### The data
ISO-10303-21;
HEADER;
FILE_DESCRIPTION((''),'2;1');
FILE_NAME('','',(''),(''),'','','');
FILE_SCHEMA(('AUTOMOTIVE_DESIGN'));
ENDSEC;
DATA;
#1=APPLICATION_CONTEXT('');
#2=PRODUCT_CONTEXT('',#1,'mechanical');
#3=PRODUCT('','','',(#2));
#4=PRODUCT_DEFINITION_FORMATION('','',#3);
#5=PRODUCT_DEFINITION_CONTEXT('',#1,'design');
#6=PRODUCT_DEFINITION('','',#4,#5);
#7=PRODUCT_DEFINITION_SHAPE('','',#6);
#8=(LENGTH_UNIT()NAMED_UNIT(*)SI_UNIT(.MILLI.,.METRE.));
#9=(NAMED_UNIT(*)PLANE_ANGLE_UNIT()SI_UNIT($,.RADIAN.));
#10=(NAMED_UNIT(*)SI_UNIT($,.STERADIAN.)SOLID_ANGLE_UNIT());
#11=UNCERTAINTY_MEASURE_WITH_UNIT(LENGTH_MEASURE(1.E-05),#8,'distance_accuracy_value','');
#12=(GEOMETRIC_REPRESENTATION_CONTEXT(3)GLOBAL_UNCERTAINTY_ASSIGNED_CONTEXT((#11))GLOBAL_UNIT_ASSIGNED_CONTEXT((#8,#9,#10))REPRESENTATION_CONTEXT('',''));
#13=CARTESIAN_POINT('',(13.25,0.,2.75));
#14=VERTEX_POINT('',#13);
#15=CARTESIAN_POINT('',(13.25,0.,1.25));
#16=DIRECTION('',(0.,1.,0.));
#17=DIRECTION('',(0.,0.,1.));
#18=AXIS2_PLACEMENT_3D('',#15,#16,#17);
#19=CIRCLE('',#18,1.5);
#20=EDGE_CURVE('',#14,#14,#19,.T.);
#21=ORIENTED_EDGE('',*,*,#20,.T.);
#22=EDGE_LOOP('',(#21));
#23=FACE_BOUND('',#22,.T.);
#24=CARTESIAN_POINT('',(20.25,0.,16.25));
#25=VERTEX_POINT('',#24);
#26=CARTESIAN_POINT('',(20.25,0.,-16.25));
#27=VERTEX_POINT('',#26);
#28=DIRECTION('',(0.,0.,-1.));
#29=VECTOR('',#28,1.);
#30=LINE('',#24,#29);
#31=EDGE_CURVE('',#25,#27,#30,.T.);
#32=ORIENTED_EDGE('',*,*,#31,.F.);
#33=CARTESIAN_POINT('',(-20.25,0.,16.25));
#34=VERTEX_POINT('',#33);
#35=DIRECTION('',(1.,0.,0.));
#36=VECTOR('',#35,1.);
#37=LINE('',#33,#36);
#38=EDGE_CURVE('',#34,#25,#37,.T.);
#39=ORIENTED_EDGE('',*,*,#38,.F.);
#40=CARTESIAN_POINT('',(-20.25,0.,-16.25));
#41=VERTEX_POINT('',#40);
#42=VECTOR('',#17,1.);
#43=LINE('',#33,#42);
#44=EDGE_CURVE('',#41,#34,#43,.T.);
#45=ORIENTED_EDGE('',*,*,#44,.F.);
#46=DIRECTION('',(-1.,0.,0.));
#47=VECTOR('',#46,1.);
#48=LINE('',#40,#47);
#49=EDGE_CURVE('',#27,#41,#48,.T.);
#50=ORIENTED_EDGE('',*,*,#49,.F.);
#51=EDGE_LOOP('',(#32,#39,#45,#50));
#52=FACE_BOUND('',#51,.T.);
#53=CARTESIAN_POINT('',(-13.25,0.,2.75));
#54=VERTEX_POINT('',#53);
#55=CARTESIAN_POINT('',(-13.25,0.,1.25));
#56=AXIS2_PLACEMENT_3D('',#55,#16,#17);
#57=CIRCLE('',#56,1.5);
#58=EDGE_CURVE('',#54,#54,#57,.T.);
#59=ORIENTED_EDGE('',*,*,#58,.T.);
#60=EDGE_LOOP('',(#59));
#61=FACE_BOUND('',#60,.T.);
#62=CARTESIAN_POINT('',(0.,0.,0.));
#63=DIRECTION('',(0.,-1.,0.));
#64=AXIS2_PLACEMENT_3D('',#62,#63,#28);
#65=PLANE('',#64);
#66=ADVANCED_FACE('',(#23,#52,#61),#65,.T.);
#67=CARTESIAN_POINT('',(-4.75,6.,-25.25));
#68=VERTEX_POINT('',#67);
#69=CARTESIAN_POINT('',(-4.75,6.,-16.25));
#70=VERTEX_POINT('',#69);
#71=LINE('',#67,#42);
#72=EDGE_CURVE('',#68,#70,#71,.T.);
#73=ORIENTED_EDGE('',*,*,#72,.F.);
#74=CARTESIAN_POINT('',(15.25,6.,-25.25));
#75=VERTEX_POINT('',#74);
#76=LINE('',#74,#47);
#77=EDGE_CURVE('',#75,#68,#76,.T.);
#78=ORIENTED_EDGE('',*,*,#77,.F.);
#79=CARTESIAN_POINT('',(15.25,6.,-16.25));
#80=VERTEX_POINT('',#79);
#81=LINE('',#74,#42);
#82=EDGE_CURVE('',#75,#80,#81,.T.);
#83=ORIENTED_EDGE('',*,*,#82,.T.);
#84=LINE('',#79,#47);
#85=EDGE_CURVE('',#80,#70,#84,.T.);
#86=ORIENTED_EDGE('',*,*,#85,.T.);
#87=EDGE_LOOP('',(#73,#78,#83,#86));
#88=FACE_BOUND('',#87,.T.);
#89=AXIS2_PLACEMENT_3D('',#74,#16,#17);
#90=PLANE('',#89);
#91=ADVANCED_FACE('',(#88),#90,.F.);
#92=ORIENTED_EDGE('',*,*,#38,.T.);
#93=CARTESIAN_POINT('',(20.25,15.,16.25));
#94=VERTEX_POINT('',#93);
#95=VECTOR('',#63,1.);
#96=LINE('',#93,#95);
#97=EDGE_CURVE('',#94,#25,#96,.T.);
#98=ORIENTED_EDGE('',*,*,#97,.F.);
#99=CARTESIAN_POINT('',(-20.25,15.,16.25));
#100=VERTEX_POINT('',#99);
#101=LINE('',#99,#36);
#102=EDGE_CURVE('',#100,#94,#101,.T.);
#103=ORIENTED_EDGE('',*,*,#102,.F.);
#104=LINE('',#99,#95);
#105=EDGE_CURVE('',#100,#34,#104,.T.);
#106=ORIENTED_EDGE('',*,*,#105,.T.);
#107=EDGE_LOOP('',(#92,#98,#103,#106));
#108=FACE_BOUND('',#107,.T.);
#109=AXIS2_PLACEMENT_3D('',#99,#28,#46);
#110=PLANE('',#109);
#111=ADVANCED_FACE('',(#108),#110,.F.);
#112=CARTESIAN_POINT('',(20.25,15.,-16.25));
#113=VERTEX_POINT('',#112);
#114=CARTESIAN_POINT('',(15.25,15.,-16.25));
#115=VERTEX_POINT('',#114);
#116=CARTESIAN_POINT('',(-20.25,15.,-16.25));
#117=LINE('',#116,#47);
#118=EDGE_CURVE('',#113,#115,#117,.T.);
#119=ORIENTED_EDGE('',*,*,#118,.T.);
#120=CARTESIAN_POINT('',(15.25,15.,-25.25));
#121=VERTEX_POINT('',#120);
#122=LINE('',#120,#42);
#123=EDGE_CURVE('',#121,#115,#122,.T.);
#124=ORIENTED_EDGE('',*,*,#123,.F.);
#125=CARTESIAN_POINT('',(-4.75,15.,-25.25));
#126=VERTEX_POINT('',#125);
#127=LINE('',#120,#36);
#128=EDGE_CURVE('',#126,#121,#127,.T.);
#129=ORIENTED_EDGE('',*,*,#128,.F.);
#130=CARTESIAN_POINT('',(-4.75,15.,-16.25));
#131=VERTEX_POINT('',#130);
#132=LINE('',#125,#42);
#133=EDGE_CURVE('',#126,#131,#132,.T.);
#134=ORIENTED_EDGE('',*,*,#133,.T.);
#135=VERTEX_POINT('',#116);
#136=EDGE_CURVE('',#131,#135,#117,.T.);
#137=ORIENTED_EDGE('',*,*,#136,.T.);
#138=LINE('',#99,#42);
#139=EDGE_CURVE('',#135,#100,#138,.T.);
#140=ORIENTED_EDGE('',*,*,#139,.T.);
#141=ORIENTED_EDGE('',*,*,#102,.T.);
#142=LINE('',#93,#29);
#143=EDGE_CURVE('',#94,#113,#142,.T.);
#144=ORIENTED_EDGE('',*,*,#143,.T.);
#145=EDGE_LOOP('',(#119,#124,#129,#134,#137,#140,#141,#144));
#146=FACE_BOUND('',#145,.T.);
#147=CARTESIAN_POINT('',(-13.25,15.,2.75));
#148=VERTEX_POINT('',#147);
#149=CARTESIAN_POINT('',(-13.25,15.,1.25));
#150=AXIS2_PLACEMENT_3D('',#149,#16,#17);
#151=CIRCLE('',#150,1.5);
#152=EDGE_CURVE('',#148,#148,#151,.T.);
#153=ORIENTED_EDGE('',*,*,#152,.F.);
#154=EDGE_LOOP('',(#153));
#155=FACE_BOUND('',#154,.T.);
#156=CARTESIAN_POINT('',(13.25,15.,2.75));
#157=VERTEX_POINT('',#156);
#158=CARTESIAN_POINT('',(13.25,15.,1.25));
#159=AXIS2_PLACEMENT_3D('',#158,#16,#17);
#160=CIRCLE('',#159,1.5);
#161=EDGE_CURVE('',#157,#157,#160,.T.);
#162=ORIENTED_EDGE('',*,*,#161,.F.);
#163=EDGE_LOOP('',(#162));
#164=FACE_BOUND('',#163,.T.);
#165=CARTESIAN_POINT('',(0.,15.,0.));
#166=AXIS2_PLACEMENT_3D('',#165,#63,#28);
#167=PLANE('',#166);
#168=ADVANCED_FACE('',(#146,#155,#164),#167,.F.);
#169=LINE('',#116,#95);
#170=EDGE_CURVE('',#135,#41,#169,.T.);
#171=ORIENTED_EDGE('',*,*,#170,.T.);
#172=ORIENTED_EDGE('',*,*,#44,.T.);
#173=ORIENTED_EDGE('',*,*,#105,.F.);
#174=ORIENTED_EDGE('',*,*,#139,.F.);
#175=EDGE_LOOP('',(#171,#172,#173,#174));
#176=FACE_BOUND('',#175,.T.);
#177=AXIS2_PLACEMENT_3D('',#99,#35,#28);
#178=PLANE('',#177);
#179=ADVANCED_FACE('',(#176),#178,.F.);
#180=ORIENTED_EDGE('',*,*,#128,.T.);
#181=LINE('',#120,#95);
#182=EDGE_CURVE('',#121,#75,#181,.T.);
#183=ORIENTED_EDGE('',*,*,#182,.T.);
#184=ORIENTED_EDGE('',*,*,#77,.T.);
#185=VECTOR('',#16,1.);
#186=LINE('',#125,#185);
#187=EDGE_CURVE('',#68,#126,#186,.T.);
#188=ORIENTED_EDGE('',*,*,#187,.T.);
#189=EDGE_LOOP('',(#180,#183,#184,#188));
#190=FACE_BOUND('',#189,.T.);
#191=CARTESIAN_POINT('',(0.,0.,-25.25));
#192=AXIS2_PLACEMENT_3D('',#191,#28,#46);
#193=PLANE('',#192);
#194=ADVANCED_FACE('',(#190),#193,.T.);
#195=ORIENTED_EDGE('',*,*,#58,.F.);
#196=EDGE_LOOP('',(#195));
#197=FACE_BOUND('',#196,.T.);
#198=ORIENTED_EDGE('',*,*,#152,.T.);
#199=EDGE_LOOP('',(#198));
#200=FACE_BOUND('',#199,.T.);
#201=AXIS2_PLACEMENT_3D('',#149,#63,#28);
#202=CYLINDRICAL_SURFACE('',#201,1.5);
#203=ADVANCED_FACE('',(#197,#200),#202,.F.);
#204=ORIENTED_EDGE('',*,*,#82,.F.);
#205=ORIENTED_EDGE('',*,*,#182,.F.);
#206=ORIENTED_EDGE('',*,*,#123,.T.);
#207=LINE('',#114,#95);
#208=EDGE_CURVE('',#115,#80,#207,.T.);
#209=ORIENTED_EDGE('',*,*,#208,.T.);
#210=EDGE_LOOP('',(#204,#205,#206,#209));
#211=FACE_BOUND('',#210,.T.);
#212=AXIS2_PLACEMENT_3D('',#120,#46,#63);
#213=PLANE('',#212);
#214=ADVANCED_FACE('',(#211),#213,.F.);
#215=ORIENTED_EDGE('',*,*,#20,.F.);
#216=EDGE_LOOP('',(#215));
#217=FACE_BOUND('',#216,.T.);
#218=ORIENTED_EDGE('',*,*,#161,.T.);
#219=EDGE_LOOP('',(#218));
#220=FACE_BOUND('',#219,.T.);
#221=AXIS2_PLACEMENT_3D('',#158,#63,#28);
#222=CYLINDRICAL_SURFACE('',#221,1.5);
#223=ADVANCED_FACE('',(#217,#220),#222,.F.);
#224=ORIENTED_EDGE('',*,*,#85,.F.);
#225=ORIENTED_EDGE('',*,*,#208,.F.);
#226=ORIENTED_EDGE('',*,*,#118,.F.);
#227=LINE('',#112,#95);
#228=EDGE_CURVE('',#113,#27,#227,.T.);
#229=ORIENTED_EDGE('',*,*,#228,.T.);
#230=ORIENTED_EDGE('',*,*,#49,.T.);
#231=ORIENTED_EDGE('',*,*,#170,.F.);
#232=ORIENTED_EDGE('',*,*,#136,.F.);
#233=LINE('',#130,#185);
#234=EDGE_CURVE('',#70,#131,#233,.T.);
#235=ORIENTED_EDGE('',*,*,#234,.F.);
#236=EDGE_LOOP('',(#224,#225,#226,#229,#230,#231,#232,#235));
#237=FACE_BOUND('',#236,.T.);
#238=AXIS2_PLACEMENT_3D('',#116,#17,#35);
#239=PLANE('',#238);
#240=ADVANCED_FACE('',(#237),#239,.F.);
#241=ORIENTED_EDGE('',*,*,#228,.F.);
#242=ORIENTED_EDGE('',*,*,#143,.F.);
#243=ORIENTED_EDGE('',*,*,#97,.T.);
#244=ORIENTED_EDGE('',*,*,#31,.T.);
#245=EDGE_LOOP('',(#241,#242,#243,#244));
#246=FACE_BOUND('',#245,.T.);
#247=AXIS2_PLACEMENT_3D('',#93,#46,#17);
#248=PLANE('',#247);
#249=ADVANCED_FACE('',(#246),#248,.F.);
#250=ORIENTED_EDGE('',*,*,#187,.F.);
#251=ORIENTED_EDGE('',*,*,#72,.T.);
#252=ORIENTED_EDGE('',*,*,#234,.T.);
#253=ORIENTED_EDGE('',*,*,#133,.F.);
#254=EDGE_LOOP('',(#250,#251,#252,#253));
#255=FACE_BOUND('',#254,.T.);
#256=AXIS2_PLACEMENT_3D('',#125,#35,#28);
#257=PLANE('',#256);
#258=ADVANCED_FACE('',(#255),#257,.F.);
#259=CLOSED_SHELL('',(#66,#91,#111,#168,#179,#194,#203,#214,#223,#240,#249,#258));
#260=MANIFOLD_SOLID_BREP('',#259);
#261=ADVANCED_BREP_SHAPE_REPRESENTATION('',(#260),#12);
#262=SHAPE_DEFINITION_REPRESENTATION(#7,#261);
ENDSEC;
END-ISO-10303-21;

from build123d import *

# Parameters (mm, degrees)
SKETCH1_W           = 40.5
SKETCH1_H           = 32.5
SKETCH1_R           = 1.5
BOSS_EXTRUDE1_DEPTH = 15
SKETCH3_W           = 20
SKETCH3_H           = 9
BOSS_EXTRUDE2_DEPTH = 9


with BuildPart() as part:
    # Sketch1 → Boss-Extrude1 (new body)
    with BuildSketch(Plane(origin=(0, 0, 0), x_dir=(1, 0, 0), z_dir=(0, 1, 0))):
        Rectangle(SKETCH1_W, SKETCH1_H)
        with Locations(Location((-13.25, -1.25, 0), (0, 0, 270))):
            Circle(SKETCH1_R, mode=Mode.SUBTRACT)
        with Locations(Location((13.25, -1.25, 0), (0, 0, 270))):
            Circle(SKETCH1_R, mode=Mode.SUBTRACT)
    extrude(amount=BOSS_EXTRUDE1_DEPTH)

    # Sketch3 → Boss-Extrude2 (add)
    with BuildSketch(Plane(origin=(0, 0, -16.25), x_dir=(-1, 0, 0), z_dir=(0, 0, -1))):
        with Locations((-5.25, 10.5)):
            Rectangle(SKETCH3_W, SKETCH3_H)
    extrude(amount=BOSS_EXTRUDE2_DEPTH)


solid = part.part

### Work to be completed
Repeat only the lines above, from the first line of the entries through the line that contains "#6=PRODUCT_DEFINITION('','',#4,#5);", including both ends.

### Reply
ISO-10303-21;
HEADER;
FILE_DESCRIPTION((''),'2;1');
FILE_NAME('','',(''),(''),'','','');
FILE_SCHEMA(('AUTOMOTIVE_DESIGN'));
ENDSEC;
DATA;
#1=APPLICATION_CONTEXT('');
#2=PRODUCT_CONTEXT('',#1,'mechanical');
#3=PRODUCT('','','',(#2));
#4=PRODUCT_DEFINITION_FORMATION('','',#3);
#5=PRODUCT_DEFINITION_CONTEXT('',#1,'design');
#6=PRODUCT_DEFINITION('','',#4,#5);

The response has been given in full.